My impatience turned out to be for the best, as my surgeon determined I had DIE, that charming acronym. There was also another cyst on my right ovary, and my organs were stuck together by endo tissue like a bunch of melted candies that had been left in the car. I had “kissing ovaries,” a cute name for two organs that are meant to float on opposite sides of the body. She gave me some printout pictures of my insides, and the sight of all the tissue, lines of toffee-colored substance twisting around my organs, validated what had seemed so abstract.
After my diagnosis, I started frequenting endo forums, poring over studies, reading dozens of posts in Nancy’s Nook, and looking at the Instagram pages of providers like Sarrel and Vidali. I noticed that there was an almost dogmatic insistence on the importance of finding the best surgeon, and a belief that you could cure endometriosis if it was excised properly.
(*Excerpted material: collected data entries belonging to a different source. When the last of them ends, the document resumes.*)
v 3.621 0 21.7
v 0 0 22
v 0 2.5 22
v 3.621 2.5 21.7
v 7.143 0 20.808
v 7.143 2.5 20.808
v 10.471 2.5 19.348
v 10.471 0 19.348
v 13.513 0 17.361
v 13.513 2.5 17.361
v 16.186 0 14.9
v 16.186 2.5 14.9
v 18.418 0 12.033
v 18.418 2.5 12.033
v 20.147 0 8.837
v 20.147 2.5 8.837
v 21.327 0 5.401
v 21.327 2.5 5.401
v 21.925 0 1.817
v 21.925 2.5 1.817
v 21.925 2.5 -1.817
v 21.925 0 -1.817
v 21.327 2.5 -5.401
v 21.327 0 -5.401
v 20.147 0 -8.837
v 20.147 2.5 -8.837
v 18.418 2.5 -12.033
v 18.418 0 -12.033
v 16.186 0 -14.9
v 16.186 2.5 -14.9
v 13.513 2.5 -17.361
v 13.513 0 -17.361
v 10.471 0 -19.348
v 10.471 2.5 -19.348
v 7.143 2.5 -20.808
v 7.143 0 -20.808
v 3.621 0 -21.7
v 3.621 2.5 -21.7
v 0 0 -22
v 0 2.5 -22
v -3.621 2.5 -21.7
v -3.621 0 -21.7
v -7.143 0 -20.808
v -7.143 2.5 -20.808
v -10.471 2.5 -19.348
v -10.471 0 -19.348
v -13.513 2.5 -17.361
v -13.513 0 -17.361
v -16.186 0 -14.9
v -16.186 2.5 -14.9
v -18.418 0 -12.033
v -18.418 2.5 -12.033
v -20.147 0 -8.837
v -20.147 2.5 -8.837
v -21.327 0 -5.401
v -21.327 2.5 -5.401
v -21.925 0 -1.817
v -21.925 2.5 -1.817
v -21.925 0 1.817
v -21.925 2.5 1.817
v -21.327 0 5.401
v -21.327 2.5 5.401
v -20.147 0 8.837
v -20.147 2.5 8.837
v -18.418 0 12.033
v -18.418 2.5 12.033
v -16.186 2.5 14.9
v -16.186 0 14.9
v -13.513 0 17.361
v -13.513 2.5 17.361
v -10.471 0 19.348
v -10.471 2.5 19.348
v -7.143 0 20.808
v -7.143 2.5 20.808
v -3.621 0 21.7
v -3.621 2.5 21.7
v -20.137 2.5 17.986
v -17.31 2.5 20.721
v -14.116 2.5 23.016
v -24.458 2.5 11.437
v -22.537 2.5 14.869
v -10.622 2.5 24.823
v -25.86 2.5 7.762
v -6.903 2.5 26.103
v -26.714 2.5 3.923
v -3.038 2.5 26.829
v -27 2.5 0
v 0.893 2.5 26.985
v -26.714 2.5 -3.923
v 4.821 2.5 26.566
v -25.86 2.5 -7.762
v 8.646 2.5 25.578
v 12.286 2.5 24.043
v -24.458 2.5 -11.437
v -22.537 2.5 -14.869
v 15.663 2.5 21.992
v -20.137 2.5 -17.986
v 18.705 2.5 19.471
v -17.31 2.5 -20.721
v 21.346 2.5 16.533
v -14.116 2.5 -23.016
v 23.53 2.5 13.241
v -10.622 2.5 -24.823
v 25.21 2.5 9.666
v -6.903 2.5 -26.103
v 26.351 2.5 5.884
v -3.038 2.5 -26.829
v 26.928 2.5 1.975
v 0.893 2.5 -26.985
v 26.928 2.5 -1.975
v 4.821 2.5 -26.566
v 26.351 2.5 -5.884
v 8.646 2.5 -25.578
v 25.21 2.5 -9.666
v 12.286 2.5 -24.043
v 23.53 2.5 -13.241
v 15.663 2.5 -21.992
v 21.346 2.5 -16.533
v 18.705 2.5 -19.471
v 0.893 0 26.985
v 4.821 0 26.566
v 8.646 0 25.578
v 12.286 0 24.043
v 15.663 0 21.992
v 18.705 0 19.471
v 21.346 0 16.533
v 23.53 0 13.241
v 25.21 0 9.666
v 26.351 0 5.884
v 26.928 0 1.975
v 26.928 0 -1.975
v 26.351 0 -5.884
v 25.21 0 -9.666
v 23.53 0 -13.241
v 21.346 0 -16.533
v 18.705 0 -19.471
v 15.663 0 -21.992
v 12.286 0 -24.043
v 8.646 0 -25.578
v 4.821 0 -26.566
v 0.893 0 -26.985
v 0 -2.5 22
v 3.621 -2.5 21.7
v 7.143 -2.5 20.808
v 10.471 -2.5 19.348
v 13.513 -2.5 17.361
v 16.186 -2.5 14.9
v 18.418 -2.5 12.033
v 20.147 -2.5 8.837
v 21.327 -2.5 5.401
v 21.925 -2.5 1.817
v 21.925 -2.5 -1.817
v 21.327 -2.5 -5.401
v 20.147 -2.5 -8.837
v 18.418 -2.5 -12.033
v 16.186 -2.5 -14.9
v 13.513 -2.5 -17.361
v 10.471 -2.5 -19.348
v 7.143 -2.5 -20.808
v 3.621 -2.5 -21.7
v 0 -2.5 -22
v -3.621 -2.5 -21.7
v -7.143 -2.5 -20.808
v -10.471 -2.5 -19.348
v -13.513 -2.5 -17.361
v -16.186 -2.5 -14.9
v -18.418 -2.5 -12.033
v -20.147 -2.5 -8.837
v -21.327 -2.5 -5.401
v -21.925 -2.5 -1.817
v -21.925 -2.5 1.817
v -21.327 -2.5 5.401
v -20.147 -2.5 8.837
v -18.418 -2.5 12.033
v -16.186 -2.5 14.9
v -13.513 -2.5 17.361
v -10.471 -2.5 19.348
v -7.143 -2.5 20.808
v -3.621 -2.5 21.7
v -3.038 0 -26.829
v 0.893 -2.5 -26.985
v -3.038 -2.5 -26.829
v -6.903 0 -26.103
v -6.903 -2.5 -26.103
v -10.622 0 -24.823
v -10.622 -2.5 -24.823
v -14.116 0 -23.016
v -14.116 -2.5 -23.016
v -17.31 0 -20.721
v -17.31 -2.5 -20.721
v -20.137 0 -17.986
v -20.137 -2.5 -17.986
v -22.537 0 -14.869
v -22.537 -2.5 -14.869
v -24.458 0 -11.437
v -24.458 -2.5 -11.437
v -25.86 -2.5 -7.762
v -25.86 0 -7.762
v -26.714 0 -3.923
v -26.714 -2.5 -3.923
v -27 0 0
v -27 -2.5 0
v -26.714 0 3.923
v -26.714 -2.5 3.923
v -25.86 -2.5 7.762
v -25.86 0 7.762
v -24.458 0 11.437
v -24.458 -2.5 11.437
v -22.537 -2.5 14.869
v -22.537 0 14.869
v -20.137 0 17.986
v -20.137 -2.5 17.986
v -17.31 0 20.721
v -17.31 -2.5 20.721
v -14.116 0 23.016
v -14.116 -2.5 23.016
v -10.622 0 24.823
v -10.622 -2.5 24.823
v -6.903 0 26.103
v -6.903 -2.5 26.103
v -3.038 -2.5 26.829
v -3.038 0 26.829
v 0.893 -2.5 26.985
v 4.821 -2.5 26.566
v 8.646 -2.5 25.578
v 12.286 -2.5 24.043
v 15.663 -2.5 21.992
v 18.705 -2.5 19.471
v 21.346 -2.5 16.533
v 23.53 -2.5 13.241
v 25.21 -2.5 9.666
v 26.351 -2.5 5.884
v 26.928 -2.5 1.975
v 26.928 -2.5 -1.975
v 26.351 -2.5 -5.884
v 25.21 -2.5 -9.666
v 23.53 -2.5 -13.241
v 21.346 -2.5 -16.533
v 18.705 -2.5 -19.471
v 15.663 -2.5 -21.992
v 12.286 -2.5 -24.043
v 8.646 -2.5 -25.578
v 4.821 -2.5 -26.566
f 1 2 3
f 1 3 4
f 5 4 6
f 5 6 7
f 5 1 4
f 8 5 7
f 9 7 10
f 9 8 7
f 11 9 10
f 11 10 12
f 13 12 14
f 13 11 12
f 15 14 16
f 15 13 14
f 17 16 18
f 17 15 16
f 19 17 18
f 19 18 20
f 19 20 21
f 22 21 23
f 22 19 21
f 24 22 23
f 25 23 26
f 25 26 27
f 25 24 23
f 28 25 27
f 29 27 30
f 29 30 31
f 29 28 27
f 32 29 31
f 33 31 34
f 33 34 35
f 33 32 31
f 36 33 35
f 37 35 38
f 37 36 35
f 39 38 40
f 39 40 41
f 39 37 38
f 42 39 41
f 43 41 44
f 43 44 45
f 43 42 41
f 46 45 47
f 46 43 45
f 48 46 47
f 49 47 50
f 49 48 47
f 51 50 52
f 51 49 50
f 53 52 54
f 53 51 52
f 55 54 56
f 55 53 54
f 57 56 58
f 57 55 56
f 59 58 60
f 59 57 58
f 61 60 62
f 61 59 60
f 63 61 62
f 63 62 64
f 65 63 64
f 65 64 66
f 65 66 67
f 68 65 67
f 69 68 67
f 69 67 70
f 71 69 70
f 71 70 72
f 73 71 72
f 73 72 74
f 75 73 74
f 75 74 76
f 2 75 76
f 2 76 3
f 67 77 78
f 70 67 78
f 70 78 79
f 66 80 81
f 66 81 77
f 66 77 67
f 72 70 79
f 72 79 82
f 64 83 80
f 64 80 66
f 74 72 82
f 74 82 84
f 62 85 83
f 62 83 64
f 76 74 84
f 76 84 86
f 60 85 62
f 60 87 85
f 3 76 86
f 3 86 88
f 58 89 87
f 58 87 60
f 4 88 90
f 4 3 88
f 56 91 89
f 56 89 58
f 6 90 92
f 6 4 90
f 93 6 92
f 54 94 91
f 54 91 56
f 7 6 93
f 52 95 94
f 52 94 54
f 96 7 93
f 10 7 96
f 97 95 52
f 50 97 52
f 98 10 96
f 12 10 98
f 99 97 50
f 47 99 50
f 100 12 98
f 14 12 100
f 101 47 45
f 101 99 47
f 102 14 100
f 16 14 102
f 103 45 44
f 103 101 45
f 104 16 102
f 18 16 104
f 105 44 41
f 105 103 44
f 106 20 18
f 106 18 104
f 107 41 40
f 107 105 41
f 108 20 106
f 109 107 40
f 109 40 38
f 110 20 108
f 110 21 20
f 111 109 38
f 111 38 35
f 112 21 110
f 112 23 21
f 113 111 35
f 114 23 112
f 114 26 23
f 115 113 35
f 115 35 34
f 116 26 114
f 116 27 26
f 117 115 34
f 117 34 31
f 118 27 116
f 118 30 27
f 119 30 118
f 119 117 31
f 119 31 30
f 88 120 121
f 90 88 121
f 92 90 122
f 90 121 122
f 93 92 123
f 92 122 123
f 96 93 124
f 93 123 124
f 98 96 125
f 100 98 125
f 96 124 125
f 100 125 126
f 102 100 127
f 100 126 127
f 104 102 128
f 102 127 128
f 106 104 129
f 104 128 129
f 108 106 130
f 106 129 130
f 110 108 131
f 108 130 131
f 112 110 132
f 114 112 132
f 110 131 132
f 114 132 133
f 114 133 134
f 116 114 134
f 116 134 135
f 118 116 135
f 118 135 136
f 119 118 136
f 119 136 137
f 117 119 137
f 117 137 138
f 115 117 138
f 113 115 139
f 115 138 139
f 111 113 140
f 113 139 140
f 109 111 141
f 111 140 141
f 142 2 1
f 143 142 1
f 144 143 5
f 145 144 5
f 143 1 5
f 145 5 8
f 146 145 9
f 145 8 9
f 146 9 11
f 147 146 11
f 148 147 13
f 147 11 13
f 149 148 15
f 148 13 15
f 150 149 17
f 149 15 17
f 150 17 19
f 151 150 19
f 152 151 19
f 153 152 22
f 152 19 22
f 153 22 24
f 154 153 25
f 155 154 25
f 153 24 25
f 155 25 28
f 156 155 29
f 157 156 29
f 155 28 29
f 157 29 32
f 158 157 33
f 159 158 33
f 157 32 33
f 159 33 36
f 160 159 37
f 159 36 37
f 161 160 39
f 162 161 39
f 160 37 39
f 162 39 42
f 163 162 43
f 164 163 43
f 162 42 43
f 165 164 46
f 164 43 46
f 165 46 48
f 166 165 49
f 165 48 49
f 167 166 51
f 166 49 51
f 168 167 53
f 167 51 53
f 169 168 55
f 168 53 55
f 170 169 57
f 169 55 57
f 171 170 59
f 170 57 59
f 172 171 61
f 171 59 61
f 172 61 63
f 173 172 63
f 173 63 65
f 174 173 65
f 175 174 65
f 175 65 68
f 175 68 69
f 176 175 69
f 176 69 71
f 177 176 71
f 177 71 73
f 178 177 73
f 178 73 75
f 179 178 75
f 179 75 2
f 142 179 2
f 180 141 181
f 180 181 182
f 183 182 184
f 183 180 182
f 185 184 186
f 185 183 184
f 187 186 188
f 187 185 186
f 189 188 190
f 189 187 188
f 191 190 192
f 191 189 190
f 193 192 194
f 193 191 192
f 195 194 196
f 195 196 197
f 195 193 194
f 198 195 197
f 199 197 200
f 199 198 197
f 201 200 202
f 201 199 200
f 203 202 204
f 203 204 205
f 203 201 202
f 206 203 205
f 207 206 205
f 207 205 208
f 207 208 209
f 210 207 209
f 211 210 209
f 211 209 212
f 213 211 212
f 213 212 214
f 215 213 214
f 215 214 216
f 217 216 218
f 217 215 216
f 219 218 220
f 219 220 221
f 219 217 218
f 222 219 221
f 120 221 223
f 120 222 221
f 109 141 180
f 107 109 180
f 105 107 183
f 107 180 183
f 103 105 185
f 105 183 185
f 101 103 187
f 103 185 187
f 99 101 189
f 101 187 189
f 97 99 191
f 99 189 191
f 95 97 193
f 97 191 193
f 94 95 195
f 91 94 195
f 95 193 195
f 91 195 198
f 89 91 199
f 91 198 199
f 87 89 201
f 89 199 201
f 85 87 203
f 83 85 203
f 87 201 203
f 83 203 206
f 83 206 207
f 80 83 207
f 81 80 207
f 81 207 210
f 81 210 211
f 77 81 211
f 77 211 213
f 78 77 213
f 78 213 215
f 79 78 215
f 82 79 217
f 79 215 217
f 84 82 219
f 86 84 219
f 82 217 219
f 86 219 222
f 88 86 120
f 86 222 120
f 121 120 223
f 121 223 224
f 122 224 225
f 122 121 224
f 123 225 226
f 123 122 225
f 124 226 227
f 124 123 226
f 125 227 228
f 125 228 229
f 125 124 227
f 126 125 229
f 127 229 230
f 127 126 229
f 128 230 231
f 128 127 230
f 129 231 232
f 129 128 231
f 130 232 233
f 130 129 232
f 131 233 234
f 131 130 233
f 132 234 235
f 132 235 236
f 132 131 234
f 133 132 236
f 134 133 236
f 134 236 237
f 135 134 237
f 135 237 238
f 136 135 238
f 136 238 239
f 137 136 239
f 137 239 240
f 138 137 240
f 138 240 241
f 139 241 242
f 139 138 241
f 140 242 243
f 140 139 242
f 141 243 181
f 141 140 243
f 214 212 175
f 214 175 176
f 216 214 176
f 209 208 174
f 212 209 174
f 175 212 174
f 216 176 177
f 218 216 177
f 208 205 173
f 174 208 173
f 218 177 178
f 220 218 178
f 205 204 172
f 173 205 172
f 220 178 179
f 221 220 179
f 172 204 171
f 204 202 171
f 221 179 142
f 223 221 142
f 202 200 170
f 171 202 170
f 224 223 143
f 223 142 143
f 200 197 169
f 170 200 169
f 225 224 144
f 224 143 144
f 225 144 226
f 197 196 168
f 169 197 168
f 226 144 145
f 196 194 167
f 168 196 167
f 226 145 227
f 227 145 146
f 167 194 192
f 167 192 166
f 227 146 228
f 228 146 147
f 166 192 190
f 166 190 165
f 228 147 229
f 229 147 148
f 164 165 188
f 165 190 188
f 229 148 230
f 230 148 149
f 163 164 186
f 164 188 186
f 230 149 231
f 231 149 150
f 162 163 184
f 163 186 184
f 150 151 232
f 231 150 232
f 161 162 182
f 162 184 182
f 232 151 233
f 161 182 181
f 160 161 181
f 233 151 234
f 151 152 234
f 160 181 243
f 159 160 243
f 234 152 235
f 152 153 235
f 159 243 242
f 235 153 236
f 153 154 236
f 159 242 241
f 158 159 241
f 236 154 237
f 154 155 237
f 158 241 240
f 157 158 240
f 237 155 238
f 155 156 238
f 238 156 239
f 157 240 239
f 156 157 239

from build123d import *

# Parameters (mm, degrees)
SKETCH_1_R      = 22
EXTRUDE_1_DEPTH = 2.5


with BuildPart() as part:
    # 草圖1 → 填料-伸長1 (new, symmetric)
    with BuildSketch(Plane(origin=(0, 0, 0), x_dir=(1, 0, 0), z_dir=(0, 1, 0))):
        with BuildLine():
            ThreePointArc((0.892561983, 26.985242877), (-27, 0), (0.892561983, -26.985242877))
            ThreePointArc((0.892561983, -26.985242877), (27, 0), (0.892561983, 26.985242877))
        make_face()
        with Locations(Location((0, 0, 0), (0, 0, 270))):
            Circle(SKETCH_1_R, mode=Mode.SUBTRACT)
    extrude(amount=EXTRUDE_1_DEPTH, both=True)


solid = part.part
Even more alarmingly, I realized that some of the people pushing this narrative in online communities were surgeons themselves. Vidali, for example, frequently posts videos where he asks people who the best endometriosis surgeon in the world is. They inevitably reply, “Dr. Vidali is the best endometriosis surgeon in the world!” While connecting with another patient online had helped me solve the puzzle of my own pain, the world of endo social media soon proved to be as uncomfortable as it was revelatory."